Early symptoms include fever and rash.
Now, vascular damage can be caused by renal artery stenosis, which is when one or both renal
arteries are narrowed.
This can be caused by atherosclerosis in older individuals and by fibromuscular dysplasia, which
is a noninflammatory and nonatherosclerotic condition that usually affects the internal
carotids and renal arteries in younger individuals.
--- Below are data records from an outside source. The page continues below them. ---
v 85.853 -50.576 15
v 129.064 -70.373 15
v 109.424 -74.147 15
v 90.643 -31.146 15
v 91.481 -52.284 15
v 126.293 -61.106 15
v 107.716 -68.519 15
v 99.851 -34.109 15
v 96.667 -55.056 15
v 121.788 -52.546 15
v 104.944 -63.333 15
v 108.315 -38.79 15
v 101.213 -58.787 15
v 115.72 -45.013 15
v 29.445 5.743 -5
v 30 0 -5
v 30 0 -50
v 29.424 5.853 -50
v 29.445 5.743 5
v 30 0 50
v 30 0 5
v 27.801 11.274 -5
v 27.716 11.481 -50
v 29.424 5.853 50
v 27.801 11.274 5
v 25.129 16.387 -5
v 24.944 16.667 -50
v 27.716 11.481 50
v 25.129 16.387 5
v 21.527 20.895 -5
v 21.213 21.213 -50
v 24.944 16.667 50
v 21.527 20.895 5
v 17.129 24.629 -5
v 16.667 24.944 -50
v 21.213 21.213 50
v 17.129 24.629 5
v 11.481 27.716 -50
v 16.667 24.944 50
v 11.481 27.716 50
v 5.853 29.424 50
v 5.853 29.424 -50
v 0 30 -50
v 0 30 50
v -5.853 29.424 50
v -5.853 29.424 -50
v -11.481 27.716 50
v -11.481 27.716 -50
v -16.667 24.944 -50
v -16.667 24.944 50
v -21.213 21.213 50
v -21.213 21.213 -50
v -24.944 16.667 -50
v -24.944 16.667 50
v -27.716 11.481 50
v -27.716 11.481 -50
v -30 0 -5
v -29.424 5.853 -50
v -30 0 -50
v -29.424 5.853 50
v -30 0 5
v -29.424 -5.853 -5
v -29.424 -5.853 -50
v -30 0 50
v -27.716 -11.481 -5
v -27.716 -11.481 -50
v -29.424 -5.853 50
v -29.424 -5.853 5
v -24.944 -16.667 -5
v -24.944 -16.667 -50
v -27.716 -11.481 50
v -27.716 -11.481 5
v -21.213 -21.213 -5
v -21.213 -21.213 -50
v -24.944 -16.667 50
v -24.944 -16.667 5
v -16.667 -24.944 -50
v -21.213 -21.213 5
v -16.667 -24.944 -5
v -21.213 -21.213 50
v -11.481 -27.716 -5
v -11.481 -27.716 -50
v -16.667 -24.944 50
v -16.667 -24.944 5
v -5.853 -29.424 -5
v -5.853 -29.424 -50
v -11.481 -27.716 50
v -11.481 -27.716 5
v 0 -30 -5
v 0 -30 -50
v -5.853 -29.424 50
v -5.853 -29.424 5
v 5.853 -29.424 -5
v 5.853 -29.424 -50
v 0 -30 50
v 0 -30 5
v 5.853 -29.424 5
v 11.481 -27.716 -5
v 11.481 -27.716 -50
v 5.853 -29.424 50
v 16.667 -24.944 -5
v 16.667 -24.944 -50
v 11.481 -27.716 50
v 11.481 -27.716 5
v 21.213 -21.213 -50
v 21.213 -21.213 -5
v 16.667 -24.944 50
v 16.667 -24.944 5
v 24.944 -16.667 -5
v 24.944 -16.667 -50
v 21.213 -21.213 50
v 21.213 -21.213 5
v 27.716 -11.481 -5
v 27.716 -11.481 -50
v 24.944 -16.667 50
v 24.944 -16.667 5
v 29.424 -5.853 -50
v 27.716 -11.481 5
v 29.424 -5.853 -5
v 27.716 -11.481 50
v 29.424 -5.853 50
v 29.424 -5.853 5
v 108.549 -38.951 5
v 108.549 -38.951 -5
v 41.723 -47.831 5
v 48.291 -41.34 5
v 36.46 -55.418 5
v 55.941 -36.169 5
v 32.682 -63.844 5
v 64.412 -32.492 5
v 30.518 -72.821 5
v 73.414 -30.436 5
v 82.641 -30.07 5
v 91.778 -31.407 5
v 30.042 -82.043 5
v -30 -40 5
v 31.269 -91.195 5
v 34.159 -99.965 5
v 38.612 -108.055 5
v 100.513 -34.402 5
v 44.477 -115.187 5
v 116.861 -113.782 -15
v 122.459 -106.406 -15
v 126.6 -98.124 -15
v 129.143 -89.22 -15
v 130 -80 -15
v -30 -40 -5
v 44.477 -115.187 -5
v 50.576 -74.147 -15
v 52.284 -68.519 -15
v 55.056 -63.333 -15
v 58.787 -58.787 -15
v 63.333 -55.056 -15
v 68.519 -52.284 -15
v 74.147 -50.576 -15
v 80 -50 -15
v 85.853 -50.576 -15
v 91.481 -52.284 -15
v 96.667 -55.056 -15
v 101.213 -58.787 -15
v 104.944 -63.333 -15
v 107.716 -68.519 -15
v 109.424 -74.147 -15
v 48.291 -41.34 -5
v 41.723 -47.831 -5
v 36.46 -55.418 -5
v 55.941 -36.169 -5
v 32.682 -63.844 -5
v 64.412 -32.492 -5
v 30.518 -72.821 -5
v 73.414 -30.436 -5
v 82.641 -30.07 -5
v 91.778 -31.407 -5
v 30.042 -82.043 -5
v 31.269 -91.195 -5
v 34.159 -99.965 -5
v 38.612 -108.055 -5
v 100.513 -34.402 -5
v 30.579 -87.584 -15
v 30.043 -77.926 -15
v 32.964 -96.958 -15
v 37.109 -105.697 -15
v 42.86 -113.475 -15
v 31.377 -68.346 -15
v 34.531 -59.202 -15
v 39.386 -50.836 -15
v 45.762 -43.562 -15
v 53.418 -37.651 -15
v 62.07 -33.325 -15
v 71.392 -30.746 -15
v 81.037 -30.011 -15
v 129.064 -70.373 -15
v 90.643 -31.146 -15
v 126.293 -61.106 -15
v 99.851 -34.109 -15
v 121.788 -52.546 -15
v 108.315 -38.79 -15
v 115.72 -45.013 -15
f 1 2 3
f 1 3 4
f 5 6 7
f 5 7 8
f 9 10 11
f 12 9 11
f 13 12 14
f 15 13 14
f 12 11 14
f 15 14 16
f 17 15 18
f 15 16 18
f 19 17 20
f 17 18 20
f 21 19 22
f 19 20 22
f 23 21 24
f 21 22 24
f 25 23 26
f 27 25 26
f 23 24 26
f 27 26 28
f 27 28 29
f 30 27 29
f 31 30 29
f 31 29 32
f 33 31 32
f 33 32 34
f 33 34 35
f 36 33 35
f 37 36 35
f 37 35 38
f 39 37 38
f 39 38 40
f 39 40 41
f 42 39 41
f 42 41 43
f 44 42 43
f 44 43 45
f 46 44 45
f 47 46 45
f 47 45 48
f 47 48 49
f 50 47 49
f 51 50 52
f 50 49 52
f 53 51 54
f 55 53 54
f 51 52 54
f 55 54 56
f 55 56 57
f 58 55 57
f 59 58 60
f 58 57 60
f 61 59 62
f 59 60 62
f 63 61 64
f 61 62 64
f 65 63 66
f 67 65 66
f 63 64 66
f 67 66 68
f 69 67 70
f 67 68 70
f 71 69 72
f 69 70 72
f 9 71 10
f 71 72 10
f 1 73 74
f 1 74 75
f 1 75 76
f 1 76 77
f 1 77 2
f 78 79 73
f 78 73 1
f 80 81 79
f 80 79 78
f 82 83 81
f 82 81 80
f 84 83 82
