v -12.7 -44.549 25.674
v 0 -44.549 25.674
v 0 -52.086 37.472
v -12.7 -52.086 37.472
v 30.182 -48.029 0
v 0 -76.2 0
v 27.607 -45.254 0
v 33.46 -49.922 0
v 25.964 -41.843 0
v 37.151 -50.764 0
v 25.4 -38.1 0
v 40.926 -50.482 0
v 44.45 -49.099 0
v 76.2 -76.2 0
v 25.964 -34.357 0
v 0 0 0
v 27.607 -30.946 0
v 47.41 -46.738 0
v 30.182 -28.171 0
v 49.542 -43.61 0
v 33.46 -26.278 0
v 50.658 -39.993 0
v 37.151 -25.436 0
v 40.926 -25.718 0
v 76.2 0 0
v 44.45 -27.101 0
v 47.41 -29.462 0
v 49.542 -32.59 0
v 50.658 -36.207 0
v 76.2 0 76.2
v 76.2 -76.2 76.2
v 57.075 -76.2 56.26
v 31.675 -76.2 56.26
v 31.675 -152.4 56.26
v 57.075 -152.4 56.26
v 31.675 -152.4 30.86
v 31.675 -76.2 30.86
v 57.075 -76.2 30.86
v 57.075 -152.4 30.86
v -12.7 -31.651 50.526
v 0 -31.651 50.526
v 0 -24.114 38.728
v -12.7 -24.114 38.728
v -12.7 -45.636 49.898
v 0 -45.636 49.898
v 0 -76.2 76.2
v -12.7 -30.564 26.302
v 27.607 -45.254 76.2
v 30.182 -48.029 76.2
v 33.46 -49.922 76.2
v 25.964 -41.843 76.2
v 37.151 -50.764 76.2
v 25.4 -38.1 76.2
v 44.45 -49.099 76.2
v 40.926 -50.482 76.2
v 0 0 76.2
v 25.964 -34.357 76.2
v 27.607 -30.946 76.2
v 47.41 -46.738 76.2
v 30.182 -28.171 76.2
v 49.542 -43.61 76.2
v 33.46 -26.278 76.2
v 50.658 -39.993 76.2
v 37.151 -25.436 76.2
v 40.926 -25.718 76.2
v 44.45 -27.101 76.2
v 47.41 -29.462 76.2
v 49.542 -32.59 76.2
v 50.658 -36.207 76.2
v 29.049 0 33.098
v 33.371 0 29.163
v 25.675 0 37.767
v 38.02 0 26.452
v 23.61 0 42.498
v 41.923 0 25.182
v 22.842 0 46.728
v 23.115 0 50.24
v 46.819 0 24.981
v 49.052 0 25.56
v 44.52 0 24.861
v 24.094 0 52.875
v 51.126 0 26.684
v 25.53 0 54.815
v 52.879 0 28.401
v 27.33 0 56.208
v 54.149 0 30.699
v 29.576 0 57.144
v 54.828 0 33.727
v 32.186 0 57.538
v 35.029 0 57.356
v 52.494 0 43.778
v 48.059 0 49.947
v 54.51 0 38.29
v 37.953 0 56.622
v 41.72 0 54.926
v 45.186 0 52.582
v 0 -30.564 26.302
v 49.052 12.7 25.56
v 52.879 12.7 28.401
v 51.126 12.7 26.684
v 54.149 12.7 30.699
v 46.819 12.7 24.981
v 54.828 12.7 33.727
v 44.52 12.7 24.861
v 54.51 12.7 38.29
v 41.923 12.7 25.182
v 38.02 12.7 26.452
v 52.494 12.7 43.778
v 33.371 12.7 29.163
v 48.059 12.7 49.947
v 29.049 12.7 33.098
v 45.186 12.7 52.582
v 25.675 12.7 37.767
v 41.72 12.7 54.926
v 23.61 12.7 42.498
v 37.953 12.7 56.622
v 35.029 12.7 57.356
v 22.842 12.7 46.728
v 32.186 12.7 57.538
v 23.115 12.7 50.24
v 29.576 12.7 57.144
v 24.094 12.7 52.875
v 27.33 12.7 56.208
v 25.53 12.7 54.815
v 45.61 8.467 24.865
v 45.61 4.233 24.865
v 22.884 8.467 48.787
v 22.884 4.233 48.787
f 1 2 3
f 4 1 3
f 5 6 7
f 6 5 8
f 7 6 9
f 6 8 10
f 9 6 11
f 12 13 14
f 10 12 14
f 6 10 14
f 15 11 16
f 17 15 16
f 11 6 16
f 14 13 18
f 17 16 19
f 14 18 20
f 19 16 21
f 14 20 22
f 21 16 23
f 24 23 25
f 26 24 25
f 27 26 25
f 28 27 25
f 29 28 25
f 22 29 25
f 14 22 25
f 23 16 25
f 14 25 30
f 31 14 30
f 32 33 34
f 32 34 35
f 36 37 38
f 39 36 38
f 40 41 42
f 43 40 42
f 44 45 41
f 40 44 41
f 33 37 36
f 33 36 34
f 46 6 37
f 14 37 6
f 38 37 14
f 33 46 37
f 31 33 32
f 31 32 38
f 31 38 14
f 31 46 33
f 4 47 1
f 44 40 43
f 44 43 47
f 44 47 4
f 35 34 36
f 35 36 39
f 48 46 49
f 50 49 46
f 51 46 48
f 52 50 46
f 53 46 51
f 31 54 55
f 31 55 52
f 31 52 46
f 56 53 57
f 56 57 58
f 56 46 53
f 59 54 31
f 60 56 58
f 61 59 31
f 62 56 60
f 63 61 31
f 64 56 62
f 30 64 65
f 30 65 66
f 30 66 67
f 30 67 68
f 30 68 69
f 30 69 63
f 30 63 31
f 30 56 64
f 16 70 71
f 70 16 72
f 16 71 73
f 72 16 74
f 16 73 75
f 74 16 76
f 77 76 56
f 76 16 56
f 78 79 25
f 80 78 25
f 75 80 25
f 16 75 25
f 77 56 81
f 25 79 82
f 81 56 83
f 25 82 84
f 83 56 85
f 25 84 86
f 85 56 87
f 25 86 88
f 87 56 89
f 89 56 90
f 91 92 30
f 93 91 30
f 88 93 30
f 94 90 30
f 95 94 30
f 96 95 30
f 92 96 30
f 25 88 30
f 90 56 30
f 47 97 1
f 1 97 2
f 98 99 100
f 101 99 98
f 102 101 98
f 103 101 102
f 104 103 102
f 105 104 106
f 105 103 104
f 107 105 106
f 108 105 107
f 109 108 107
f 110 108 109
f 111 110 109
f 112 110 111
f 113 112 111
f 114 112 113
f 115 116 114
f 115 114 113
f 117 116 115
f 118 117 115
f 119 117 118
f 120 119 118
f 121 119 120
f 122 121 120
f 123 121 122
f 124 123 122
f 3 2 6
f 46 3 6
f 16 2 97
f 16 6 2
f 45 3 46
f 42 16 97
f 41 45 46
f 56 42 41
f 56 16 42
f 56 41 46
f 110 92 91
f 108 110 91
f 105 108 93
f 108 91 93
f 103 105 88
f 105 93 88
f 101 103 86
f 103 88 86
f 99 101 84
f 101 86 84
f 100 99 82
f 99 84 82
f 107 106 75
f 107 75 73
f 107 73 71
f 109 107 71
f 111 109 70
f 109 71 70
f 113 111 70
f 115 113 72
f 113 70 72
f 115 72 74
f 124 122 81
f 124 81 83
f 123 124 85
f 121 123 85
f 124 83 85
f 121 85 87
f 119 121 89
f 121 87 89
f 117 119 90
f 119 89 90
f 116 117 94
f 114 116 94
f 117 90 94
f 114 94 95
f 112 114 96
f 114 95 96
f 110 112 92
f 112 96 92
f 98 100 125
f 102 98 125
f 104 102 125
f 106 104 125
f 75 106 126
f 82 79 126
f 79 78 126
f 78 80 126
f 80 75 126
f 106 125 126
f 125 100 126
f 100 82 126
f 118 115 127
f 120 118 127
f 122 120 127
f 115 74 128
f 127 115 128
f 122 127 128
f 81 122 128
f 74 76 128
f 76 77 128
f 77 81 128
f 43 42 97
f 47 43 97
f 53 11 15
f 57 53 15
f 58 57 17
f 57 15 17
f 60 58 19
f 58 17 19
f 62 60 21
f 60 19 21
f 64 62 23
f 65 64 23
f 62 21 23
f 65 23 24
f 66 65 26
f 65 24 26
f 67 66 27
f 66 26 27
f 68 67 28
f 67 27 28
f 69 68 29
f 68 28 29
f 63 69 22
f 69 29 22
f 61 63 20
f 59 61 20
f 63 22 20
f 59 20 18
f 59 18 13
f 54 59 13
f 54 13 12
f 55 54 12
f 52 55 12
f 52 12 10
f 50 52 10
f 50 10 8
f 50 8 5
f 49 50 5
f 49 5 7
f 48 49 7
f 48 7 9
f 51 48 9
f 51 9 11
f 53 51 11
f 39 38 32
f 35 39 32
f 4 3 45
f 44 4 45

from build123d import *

# Parameters (mm, degrees)
F0_W      = 76.2
F0_H      = 76.2
F1_DEPTH  = 76.2
F3_D      = 25.4
F4_W      = 25.4
F4_H      = 25.4
F5_DEPTH  = 76.2
F10_DEPTH = 12.7
F12_DEPTH = 12.7


# Not quite as in the source:
# - the program builds the solid bodies; features that only make, move or delete a surface that nothing else refers to are left out


with BuildPart() as f1:
    # F0 (on Front) → F1 (new body)
    with BuildSketch(Plane.XZ):
        with Locations((38.1, 38.1)):
            Rectangle(F0_W, F0_H)
    extrude(amount=F1_DEPTH)

    # F3 (through all)
    with Locations(Plane.XY.offset(76.2)):
        with Locations((38.1, -38.1)):
            Hole(F3_D / 2)

    # F4 (on face) → F5 (join)
    with BuildSketch(Plane.XZ.offset(76.2)):
        with Locations((44.375465405, 43.5601483703)):
            Rectangle(F4_W, F4_H)
    extrude(amount=F5_DEPTH)

    # F9 (on face) → F10 (join)
    with BuildSketch(Plane(origin=(0, 0, 0), x_dir=(0, -1, 0), z_dir=(-1, 0, 0))):
        Polygon((52.085519187, 37.4724815469), (45.6362065152, 49.8980556745), (31.6506873282, 50.5255741276), (24.114480813, 38.7275184531), (30.5637934848, 26.3019443255), (44.5493126718, 25.6744258724), align=None)
    extrude(amount=F10_DEPTH)

    # F11 (on face) → F12 (join)
    with BuildSketch(Plane(origin=(0, 0, 0), x_dir=(-1, 0, 0), z_dir=(0, 1, 0))):
        with BuildLine():
            add(Edge.make_bspline(
                [(-48.0585680543, 49.9470105327), (-70.7842466593, 26.0252415357), (-45.6101675869, 24.8654493741), (-20.4360885145, 23.7056572126), (-22.884488982, 48.7872183711), (-25.3328894494, 73.8687795297), (-48.0585680543, 49.9470105327)],
                knots=[4.7123889804, 4.7123889804, 4.7123889804, 6.8067840828, 6.8067840828, 8.9011791852, 8.9011791852, 10.9955742876, 10.9955742876, 10.9955742876], degree=2, weights=[1, 0.5, 1, 0.5, 1, 0.5, 1]))
        make_face()
    extrude(amount=F12_DEPTH)


solid = f1.part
Symptoms include persistent arterial hypertension despite taking antihypertensive medications
and sometimes peripheral edema.
Finally, there’s postrenal AKI, which is due to an obstruction to the outflow of urine from the
kidneys which causes a buildup of urine and pressure that backs up into the kidney.
This is most frequently due to benign prostatic hyperplasia or prostatic cancer in a male, both of
which lead to compression of the urethra. This can lead to frequent urination but a slow urinary
stream.
Other causes include intra-abdominal tumors that compress the ureter- in which case the
individual can present with unintentional weight loss and fatigue.
Finally, there are kidney stones that can get stuck in either ureter or in the urethra.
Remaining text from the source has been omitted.